◆ **Task requirements**
Which lines below include "DIRECTION"? Copy them all.

◆ **Dataset**

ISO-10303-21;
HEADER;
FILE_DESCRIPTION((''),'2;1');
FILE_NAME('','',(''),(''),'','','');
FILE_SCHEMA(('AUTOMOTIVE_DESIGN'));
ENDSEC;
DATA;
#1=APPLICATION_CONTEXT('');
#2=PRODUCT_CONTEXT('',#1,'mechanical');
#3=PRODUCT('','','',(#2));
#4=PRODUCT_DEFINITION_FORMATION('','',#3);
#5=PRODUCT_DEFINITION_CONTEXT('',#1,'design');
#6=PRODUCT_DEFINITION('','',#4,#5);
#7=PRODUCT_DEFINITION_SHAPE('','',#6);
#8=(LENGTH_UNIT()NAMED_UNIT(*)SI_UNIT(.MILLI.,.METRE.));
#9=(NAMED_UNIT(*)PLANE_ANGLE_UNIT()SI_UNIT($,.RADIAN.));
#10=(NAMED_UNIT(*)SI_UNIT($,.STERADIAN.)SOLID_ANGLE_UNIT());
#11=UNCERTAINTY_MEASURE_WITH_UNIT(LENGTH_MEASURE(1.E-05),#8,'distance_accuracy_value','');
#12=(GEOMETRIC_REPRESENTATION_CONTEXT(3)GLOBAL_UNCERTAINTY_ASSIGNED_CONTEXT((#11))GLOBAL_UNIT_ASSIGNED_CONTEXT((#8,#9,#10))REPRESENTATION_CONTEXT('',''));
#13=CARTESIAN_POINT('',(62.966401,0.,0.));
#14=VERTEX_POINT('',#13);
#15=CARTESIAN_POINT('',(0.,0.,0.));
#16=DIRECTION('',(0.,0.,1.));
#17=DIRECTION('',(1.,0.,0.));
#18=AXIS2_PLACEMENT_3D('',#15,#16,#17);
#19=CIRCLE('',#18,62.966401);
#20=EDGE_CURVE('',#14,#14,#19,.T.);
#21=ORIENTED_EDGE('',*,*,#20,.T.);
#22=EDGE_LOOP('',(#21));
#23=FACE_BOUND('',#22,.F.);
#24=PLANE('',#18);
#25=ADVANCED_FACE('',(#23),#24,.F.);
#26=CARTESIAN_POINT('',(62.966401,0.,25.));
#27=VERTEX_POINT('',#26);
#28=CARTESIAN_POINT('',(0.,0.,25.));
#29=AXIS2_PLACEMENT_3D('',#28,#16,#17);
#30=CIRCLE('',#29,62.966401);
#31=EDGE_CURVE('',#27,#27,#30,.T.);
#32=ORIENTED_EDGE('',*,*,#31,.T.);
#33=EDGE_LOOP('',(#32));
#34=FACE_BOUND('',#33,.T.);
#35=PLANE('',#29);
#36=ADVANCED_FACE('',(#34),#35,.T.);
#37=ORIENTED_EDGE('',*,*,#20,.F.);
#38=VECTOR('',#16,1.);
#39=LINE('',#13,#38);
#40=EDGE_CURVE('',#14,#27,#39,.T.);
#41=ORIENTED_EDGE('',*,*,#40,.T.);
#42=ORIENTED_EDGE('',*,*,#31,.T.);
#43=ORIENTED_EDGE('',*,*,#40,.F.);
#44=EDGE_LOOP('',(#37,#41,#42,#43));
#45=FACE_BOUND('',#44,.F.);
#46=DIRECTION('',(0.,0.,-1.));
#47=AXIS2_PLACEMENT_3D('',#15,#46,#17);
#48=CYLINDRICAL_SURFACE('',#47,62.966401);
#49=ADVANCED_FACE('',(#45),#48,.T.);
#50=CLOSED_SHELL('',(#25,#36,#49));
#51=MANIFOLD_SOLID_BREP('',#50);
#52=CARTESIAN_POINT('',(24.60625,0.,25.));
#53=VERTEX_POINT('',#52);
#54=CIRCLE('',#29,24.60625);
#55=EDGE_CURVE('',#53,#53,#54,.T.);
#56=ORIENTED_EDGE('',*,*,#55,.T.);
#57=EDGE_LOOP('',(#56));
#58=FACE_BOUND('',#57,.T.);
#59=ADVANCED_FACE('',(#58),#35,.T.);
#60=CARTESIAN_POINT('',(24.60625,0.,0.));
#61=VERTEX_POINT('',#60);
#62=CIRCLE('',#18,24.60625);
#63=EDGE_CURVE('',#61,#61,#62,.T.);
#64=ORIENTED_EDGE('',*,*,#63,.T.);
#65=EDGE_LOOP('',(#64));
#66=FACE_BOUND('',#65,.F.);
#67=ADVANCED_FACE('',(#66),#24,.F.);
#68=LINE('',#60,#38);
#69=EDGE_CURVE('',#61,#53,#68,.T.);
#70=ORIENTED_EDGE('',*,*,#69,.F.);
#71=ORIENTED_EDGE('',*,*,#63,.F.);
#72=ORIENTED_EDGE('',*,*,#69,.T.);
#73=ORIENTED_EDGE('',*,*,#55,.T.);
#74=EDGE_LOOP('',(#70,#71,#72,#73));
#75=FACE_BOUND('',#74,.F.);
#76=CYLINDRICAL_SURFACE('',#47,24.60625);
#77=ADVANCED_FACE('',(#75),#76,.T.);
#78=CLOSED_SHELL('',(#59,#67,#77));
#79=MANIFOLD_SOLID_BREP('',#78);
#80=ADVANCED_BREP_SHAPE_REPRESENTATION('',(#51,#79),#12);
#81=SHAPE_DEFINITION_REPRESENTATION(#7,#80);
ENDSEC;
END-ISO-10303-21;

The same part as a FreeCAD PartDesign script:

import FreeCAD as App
import Part
import Sketcher
from FreeCAD import Vector

doc = App.newDocument("Part")
params = doc.addObject("Spreadsheet::Sheet", "Params")
for row, (alias, value) in enumerate([
    ("pad1_length", "25 mm"),
    ("pad2_length", "25 mm"),
], start=1):
    params.set(f"A{row}", alias)
    params.set(f"B{row}", "=" + value)
    params.setAlias(f"B{row}", alias)

body = doc.addObject("PartDesign::Body", "Body")

sketch1 = doc.addObject("Sketcher::SketchObject", "Sketch")
body.addObject(sketch1)
sketch1.AttachmentSupport = (doc.XY_Plane, [""])
sketch1.MapMode = "FlatFace"
sketch1.addGeometry(Part.Circle(Vector(0, 0, 0), Vector(0, 0, 1), 25), False)
sketch1.addConstraint(Sketcher.Constraint("Coincident", 0, 3, -1, 1))
sketch1.addConstraint(Sketcher.Constraint("Diameter", 0, 49.2125))
pad1 = doc.addObject("PartDesign::Pad", "Pad")
body.addObject(pad1)
pad1.Profile = sketch1
pad1.setExpression("Length", "Params.pad1_length")
body2 = doc.addObject("PartDesign::Body", "Body001")

sketch2 = doc.addObject("Sketcher::SketchObject", "Sketch001")
body2.addObject(sketch2)
sketch2.AttachmentSupport = (doc.getObject("XY_Plane001"), [""])
sketch2.MapMode = "FlatFace"
sketch2.addGeometry(Part.Circle(Vector(0, 0, 0), Vector(0, 0, 1), 63), False)
sketch2.addConstraint(Sketcher.Constraint("Coincident", 0, 3, -1, 1))
sketch2.addConstraint(Sketcher.Constraint("Diameter", 0, 125.932801))
pad2 = doc.addObject("PartDesign::Pad", "Pad001")
body2.addObject(pad2)
pad2.Profile = sketch2
pad2.setExpression("Length", "Params.pad2_length")

doc.recompute()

◆ **Exercise result**
#16=DIRECTION('',(0.,0.,1.));
#17=DIRECTION('',(1.,0.,0.));
#46=DIRECTION('',(0.,0.,-1.));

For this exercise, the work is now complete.